MULTIVARIABLE PROGNOSTIC MODELS: ISSUES IN DEVELOPING MODELS, EVALUATING ASSUMPTIONS AND ADEQUACY, AND MEASURING AND REDUCING ERRORS

Abstract

Multivariable regression models are powerful tools that are used frequently in studies of clinical outcomes. These models can use a mixture of categorical and continuous variables and can handle partially observed (censored) responses. However, uncritical application of modelling techniques can result in models that poorly fit the dataset at hand, or, even more likely, inaccurately predict outcomes on new subjects. One must know how to measure qualities of a model's fit in order to avoid poorly fitted or overfitted models. Measurement of predictive accuracy can be difficult for survival time data in the presence of censoring. We discuss an easily interpretable index of predictive discrimination as well as methods for assessing calibration of predicted survival probabilities.
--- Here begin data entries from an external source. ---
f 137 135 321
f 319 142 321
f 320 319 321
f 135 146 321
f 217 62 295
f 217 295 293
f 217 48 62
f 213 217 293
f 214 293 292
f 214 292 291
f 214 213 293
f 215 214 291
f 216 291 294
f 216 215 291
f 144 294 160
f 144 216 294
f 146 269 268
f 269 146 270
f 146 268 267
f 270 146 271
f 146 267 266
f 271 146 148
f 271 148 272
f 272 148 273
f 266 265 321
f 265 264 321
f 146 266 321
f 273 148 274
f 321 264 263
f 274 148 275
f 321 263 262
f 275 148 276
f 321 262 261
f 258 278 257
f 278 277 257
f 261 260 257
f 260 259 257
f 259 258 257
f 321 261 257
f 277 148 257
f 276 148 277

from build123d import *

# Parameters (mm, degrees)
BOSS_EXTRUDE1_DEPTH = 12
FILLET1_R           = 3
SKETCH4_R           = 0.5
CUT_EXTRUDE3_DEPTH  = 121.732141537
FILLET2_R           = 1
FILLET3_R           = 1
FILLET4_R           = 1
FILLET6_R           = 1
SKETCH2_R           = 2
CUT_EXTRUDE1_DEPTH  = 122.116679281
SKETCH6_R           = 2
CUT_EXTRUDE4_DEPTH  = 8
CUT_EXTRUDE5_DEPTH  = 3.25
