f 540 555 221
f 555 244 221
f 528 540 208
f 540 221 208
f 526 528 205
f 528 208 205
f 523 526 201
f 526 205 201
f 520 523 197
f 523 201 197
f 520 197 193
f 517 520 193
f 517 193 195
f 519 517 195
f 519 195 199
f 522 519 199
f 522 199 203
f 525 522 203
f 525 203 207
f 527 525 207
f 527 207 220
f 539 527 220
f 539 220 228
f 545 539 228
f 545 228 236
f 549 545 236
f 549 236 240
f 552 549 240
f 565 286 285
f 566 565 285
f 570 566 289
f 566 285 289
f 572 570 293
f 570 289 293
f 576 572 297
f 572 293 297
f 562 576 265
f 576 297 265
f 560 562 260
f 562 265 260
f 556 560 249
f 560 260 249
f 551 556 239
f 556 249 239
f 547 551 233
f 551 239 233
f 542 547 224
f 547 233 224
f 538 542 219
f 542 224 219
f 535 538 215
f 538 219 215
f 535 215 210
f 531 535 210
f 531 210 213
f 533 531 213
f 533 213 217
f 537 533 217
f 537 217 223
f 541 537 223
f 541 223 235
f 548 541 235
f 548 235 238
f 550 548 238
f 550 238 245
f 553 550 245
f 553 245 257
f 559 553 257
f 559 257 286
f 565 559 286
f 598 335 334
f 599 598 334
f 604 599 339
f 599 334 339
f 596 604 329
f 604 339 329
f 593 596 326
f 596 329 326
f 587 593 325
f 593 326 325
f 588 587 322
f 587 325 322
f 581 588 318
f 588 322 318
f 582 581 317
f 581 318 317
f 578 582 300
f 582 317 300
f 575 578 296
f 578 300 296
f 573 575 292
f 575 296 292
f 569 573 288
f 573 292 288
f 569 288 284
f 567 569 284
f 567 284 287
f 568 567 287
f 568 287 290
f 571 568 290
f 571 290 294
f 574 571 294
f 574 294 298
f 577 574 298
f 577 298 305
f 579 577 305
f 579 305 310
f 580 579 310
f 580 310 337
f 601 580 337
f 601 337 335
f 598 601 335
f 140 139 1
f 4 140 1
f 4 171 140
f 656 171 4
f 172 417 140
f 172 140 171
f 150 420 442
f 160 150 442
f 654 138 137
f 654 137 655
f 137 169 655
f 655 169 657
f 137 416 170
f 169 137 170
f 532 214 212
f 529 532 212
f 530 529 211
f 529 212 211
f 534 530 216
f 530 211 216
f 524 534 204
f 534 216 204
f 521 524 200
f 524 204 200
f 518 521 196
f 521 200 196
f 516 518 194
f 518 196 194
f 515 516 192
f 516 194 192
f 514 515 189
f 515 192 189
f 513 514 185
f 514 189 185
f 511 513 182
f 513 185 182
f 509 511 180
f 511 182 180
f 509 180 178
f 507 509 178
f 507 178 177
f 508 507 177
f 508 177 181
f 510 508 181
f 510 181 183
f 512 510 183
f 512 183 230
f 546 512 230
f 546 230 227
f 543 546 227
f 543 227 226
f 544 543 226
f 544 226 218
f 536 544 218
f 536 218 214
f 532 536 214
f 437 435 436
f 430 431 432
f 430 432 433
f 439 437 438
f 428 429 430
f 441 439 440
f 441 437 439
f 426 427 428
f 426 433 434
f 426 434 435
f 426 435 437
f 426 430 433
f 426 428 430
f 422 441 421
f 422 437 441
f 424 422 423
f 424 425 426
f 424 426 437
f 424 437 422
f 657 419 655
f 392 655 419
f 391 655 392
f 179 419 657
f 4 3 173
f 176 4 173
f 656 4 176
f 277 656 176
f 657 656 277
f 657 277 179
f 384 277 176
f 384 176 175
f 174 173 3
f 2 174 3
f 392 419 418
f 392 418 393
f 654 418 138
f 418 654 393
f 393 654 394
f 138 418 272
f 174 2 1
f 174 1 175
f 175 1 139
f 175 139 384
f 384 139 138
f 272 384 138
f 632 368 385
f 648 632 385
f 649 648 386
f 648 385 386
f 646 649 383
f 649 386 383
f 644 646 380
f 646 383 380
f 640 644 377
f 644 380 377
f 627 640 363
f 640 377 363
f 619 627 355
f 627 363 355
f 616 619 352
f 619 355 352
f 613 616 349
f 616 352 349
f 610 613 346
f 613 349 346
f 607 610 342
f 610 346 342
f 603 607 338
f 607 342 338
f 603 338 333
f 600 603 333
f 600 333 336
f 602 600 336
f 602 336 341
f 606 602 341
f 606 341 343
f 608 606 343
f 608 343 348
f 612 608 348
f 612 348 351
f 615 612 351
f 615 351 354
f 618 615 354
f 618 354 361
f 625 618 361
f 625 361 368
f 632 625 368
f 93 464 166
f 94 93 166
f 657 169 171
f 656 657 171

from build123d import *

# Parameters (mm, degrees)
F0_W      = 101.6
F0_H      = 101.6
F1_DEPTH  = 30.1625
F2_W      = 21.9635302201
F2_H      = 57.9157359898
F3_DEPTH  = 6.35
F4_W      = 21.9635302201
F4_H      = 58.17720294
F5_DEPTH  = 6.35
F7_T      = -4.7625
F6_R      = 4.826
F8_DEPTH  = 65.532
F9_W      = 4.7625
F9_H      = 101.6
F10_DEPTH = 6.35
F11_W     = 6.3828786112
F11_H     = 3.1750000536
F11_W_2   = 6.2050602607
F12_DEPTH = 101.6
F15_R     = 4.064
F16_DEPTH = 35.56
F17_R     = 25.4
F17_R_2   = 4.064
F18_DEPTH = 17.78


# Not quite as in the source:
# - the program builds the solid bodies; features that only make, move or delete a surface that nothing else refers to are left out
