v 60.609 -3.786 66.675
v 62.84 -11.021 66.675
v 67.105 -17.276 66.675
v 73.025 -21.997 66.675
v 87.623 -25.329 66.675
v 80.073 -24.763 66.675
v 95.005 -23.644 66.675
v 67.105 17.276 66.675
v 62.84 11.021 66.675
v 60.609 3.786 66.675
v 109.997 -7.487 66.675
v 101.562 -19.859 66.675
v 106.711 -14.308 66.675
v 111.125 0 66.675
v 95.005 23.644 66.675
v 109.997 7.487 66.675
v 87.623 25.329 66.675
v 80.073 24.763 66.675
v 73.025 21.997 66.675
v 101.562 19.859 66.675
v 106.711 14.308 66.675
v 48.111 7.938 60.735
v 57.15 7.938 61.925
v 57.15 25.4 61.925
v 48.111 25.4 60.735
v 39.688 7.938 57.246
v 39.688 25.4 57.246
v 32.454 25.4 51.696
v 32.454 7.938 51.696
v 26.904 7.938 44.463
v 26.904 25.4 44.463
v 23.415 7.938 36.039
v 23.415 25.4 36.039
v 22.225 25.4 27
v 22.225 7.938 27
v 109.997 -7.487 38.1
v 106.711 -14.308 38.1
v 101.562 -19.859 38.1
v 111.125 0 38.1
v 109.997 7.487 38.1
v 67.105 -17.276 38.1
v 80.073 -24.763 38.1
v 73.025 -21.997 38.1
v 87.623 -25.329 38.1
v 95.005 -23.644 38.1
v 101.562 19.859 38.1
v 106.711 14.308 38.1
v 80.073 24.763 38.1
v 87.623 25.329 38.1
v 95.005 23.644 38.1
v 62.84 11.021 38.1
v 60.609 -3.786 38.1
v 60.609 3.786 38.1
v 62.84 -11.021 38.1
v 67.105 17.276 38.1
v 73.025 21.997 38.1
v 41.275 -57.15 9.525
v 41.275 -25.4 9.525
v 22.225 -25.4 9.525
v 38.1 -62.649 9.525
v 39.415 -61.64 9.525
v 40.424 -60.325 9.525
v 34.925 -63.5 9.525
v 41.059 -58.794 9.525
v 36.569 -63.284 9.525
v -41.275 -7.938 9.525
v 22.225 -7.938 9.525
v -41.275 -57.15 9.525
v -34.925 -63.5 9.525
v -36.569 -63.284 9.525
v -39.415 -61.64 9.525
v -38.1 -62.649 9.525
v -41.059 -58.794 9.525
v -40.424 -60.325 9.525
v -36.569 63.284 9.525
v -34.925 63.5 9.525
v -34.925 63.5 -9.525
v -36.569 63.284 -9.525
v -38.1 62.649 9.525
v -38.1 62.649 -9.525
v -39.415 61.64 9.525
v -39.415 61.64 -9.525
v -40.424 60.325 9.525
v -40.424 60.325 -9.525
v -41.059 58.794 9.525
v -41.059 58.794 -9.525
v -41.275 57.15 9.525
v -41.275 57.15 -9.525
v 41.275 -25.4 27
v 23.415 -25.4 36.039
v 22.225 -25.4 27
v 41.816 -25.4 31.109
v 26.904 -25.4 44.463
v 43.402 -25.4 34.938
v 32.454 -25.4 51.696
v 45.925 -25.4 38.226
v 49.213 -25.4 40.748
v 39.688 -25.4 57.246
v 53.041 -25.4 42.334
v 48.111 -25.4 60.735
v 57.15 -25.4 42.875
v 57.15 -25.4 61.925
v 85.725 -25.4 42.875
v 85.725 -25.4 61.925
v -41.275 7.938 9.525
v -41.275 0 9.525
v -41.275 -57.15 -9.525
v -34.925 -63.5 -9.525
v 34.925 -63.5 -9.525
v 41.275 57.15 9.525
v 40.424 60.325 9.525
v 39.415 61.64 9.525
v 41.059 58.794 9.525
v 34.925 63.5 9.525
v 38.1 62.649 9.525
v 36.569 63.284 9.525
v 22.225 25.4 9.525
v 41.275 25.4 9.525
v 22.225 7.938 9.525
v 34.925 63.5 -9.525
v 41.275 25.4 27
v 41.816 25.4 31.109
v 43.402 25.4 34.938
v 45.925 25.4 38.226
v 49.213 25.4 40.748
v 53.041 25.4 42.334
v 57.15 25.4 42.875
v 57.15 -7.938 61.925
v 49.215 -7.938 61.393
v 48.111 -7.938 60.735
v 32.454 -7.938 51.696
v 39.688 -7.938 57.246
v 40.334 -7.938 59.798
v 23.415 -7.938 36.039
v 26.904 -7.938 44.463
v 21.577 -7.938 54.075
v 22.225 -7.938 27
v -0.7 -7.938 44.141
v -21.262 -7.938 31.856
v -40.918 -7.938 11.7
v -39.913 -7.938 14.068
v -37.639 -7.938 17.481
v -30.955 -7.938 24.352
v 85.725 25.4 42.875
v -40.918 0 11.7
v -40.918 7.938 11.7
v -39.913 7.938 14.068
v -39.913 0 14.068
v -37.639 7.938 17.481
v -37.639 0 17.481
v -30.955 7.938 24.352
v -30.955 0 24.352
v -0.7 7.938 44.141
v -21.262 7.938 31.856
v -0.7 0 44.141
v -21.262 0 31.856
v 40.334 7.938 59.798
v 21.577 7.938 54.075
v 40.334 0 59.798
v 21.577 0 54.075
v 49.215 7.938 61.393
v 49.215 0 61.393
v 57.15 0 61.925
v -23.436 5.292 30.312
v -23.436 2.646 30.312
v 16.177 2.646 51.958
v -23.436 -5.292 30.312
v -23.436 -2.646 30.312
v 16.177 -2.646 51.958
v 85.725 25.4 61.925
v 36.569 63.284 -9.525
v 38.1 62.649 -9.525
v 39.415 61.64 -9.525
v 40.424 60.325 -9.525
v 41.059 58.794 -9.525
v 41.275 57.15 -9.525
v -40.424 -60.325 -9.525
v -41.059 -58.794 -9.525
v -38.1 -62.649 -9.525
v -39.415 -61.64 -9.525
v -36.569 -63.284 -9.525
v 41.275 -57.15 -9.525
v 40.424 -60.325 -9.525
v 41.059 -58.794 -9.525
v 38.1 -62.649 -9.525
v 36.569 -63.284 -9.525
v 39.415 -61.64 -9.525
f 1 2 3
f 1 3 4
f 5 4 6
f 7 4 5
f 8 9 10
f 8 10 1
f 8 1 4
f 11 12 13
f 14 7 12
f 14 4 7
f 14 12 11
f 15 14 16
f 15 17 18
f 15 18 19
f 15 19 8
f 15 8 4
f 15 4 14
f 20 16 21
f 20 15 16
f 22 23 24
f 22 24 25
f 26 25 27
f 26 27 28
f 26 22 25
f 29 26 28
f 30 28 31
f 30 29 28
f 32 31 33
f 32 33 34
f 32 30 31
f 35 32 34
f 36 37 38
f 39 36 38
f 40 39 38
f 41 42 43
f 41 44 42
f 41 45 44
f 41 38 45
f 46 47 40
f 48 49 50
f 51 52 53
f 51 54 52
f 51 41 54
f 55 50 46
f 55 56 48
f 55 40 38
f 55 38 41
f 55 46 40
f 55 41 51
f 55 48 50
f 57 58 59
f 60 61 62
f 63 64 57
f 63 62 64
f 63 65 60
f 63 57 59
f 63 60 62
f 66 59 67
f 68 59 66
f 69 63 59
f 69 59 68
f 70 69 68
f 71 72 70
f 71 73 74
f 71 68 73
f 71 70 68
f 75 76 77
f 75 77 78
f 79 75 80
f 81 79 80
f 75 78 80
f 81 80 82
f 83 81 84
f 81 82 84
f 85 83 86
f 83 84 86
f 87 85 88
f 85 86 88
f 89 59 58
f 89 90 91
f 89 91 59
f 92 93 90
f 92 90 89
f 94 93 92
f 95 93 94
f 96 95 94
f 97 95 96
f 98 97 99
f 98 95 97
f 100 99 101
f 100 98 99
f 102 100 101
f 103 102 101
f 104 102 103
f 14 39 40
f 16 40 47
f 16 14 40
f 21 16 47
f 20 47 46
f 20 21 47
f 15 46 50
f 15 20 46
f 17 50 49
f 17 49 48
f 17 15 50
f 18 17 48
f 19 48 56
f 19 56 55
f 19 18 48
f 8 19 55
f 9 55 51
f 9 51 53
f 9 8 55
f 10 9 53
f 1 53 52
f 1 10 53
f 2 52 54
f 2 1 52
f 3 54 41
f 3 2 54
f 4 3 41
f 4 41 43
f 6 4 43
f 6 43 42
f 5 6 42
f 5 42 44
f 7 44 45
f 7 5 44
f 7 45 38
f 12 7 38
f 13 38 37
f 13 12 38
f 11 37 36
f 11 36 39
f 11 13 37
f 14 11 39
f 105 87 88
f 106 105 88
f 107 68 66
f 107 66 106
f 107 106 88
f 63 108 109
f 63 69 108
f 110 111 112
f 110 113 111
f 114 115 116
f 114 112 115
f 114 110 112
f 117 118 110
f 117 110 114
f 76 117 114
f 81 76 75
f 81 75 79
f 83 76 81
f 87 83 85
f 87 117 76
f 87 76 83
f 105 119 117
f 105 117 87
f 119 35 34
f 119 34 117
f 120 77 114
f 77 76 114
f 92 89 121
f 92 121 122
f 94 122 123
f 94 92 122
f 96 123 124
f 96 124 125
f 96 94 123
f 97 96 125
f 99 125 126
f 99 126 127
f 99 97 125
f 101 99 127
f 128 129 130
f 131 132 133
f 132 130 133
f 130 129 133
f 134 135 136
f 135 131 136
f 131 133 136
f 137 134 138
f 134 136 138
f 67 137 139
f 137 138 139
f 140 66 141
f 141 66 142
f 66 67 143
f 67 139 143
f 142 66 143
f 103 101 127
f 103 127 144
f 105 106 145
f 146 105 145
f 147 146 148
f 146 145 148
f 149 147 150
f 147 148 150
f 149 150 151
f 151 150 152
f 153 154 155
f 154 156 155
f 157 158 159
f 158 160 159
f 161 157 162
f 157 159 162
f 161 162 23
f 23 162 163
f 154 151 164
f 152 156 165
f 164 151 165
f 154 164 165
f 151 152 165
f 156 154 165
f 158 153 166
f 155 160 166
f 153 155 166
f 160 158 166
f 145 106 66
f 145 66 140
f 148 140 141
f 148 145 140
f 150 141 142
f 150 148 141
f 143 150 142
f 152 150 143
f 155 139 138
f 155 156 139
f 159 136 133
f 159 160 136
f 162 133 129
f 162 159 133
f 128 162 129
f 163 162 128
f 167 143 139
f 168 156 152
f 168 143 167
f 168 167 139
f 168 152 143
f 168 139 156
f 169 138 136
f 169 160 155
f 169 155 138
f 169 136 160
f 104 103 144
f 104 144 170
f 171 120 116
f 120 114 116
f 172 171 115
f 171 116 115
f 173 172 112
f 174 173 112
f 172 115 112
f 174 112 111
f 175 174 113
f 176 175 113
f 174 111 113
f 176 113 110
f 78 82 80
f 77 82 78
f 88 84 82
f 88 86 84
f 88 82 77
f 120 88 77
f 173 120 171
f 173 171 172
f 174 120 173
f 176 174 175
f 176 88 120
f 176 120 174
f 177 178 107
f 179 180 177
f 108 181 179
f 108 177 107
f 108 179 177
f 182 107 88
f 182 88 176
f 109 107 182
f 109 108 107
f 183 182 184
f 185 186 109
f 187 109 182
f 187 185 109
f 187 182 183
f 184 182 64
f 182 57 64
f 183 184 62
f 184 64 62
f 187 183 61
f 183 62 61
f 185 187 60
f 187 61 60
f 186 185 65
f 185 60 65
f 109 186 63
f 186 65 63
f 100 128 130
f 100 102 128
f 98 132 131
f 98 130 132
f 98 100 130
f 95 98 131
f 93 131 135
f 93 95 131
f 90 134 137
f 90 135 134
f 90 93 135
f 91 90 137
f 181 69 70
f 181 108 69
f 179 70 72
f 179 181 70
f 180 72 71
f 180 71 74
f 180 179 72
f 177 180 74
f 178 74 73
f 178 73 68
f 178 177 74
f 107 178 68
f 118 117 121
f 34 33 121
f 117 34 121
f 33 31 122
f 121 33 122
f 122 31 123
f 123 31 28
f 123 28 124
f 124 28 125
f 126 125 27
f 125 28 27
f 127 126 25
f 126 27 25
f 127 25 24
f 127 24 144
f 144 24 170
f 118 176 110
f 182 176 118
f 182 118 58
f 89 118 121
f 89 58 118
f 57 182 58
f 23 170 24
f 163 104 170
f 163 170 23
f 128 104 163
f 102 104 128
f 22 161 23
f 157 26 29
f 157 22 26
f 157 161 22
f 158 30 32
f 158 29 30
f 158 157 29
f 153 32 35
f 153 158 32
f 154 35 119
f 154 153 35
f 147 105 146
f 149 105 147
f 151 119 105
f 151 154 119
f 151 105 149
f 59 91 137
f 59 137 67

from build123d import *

# Parameters (mm, degrees)
F1_DEPTH = 63.5
F0_W     = 25.4
F0_H     = 19.05
F2_DEPTH = 25.4
F3_DEPTH = 7.9375
F5_R     = 6.35


with BuildPart() as f1:
    # F0 (on Front) → F1 (new body, symmetric)
    with BuildSketch(Plane.XZ):
        Polygon((-41.275, -9.525), (41.275, -9.525), (41.275, 9.525), (22.225, 9.525), (-41.275, 9.525), align=None)
    extrude(amount=F1_DEPTH, both=True)

    # F0 (on Front) → F2 (join, symmetric)
    with BuildSketch(Plane.XZ):
        with BuildLine():
            Line((22.225, 9.525), (41.275, 9.525))
            Line((41.275, 9.525), (41.275, 27.0002))
            ThreePointArc((41.275, 27.0002), (45.9246798487, 38.2255201513), (57.15, 42.8752))
            Line((57.15, 42.8752), (60.325, 42.8752))
            Line((60.325, 42.8752), (60.325, 61.9252))
            Line((60.325, 61.9252), (57.15, 61.9252))
            ThreePointArc((57.15, 61.9252), (32.4542956671, 51.6959043329), (22.225, 27.0002))
            Line((22.225, 27.0002), (22.225, 9.525))
        make_face()
        with Locations((73.025, 52.4002)):
            Rectangle(F0_W, F0_H)
    extrude(amount=F2_DEPTH, both=True)

    # F0 (on Front) → F3 (join, symmetric)
    with BuildSketch(Plane.XZ):
        with BuildLine():
            add(Edge.make_bspline(
                [(-41.275, 9.525), (-41.1268435419, 25.7026944309), (22.3007723689, 61.976660043), (57.15, 61.9252)],
                knots=[0, 0, 0, 0, 111.5045361635, 111.5045361635, 111.5045361635, 111.5045361635], degree=3))
            Line((-41.275, 9.525), (22.225, 9.525))
            Line((22.225, 9.525), (22.225, 27.0002))
            ThreePointArc((22.225, 27.0002), (32.4542956671, 51.6959043329), (57.15, 61.9252))
        make_face()
    extrude(amount=F3_DEPTH, both=True)

    # F5
    f5_edges = [f1.edges().sort_by_distance(p)[0] for p in [
        (41.275, -63.5, 0),
        (41.275, 63.5, 0),
        (-41.275, 63.5, 0),
        (-41.275, -63.5, 0),
    ]]
    fillet(f5_edges, radius=F5_R)


with BuildPart() as f4:
    # F0 (on Front) → F4 (revolve)
    with BuildSketch(Plane.XZ):
        Polygon((85.725, 66.675), (85.725, 61.9252), (85.725, 42.8752), (85.725, 38.1), (111.125, 38.1), (111.125, 66.675), align=None)
    revolve(axis=Axis((85.725, 0, 52.3875), (0, 0, 1)))


solid = Compound([f1.part, f4.part])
Both types of predictive accuracy should be unbiasedly validated using bootstrapping or cross-validation, before using predictions in a new data series. We discuss some of the hazards of poorly fitted and overfitted regression models and present one modelling strategy that avoids many of the problems discussed. The methods described are applicable to all regression models, but are particularly needed for binary, ordinal, and time-to-event outcomes. Methods are illustrated with a survival analysis in prostate cancer using Cox regression.